Introduction

Malaria continues to inflict a great health and socio-economic burden on humanity, with an estimated 3.2 billion people at risk of being infected1. In 2018, globally there were 228 million cases and 405,000 deaths, around 67% (272,000) of deaths were in children aged under 5 years2. However, in 2018, there were 23 million fewer cases as compared to 20102. In 2016, malaria remained endemic in 91 countries and territories as compared to 108 in 20003. The World Health Organization (WHO) African Region accounts for around 90% of malaria cases globally, followed by the South-East Asian Region (SEAR) (5%) and the Eastern Mediterranean Region (2%)4. Some of the factors that have led to the observed reductions in malaria incidence since 2000, are intensification of malaria control interventions supported by unprecedented financial support, socio-economic improvement in endemic countries and increasing urbanization5,6,7,8. In 2018, total investment for malaria control and elimination was US$ 2.7 billion2.
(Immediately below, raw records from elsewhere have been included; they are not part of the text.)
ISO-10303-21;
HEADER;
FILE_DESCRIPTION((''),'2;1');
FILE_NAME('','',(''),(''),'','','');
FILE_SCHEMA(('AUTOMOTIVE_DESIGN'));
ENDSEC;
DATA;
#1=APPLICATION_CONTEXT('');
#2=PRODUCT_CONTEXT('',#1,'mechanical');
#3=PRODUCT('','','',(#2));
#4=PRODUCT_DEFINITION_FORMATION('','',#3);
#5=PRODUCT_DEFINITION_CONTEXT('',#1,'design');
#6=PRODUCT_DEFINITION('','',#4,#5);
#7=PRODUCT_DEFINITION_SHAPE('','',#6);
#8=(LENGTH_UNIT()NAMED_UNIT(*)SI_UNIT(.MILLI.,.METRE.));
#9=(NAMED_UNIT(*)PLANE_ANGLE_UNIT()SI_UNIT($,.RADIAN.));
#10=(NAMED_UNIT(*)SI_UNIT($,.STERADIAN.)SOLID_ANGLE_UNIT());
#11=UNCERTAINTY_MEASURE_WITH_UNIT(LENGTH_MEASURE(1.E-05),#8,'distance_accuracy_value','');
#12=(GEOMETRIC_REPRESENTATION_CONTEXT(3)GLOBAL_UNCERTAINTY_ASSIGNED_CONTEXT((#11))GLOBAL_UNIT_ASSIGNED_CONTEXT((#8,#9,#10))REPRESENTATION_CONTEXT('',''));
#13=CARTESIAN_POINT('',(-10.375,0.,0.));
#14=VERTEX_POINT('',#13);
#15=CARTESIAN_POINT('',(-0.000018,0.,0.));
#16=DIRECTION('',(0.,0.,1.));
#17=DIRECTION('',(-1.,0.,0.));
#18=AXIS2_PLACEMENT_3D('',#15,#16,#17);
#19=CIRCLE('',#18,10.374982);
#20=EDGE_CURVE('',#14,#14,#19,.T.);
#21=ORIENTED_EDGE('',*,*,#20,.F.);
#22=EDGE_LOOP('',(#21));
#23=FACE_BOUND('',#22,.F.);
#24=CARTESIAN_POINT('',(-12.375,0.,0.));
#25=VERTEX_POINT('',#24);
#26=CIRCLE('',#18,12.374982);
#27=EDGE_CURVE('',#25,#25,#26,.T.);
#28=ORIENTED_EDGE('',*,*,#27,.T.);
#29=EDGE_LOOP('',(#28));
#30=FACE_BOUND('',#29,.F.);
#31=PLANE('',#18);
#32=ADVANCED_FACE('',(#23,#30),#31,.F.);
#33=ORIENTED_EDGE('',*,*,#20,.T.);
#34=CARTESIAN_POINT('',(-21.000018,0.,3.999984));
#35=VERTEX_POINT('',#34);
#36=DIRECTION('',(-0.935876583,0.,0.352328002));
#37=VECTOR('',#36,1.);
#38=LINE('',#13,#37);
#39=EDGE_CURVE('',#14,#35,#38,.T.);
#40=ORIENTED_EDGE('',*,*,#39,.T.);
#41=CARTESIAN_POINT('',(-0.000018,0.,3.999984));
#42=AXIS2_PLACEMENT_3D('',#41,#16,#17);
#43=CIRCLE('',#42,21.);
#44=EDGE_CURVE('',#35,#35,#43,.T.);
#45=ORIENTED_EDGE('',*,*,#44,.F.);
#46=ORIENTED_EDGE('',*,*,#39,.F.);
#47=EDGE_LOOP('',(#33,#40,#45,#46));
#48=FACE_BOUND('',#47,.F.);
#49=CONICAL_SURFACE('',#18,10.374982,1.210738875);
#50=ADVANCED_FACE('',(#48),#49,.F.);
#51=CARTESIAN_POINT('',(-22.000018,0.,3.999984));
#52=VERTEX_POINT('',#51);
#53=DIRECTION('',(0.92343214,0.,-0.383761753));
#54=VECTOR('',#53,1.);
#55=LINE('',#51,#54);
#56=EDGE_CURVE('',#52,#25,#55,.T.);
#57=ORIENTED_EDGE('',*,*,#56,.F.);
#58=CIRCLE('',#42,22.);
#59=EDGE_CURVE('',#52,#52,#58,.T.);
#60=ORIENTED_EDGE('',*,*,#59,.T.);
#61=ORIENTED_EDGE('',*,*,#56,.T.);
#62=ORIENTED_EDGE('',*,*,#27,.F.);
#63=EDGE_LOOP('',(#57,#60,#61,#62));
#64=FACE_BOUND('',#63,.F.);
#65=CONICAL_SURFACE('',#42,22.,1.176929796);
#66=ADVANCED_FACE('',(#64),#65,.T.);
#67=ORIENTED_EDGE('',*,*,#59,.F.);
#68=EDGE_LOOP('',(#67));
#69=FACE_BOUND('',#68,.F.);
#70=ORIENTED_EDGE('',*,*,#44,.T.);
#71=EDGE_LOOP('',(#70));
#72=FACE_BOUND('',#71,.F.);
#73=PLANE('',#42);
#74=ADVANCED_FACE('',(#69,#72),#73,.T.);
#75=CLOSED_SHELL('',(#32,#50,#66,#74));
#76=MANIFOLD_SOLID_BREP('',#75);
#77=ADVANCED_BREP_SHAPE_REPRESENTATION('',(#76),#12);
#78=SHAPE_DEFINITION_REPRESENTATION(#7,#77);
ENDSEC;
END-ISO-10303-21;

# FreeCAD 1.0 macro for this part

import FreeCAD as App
import Part
import Sketcher


def add_polygon(sketch, points):
    """Adds a closed chain of lines whose ends are joined by coincident constraints."""
    first, n = sketch.GeometryCount, len(points)
    for a, b in zip(points, points[1:] + points[:1]):
        sketch.addGeometry(Part.LineSegment(App.Vector(*a, 0), App.Vector(*b, 0)), False)
    for i in range(n):
        sketch.addConstraint(Sketcher.Constraint("Coincident", first + i, 2, first + (i + 1) % n, 1))

doc = App.newDocument("Part")
body = doc.addObject("PartDesign::Body", "Body")

# Sketch on XZ plane
sketch1 = body.newObject("Sketcher::SketchObject", "Sketch")
sketch1.AttachmentSupport = (doc.getObject("XZ_Plane"), [""])
sketch1.MapMode = "FlatFace"
add_polygon(sketch1, [(-10.4, 0), (-21, 4), (-22, 4), (-12.4, 0)])  # lines 0-3
sketch1.addGeometry(Part.LineSegment(App.Vector(0, 0, 0), App.Vector(0, 4, 0)), True)  # axis
sketch1.addConstraint(Sketcher.Constraint("Horizontal", 1))
sketch1.addConstraint(Sketcher.Constraint("Horizontal", 3))
sketch1.addConstraint(Sketcher.Constraint("Vertical", 4))
sketch1.addConstraint(Sketcher.Constraint("PointOnObject", 2, 2, -1))
sketch1.addConstraint(Sketcher.Constraint("PointOnObject", 4, 1, -1))
sketch1.addConstraint(Sketcher.Constraint("Horizontal", 1, 2, 4, 2))
sketch1.addConstraint(Sketcher.Constraint("DistanceX", 1, 2, 1, 1, 1.0))
sketch1.addConstraint(Sketcher.Constraint("DistanceX", 3, 1, 3, 2, 2.0))
sketch1.addConstraint(Sketcher.Constraint("DistanceX", 0, 2, 4, 1, 21.0))
sketch1.addConstraint(Sketcher.Constraint("DistanceX", 2, 2, -1, 1, 12.375))
sketch1.addConstraint(Sketcher.Constraint("Distance", 0, 11.353012))
sketch1.addConstraint(Sketcher.Constraint("Distance", 2, 10.423092))
revolution = body.newObject("PartDesign::Revolution", "Revolution")
revolution.Profile = sketch1
revolution.ReferenceAxis = (sketch1, ["Axis0"])
revolution.Angle = 360

doc.recompute()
WHO developed the Global Technical Strategy for Malaria 2016–2030 (GTS)5 with an aim to fast track progress towards malaria elimination. This strategy is complemented by the Roll Back Malaria advocacy plan, Action and Investment to Defeat Malaria 2016–2030 (AIM)9. GTS and AIM set a global goal to eliminate malaria in at least 21 countries by 2020, known as E-2020 countries and 35 countries by 20303,9.

Malaria is reported from seven districts of Bhutan along the southern border with India. These districts are Chukha, Dagana, Pemagatshel, Samdrup Jongkhar, Samtse, Sarpang and Zhemgang (Fig. 1). Malaria control activities in Bhutan are based on: (1) Early diagnosis and prompt treatment with artemisinin-based combination therapy (ACT), (2) Protection of at-risk populations with long-lasting insecticide nets (LLINs) and indoor residual spraying (IRS), and (3) integrated vector management (IVM). With the dwindling of malaria cases, Bhutan was aiming to eliminate malaria by 201810. However, there are still malaria cases and an updated elimination goal date has been set to 2020.

Figure 1
figure 1

Map of Bhutan with malaria transmitting districts.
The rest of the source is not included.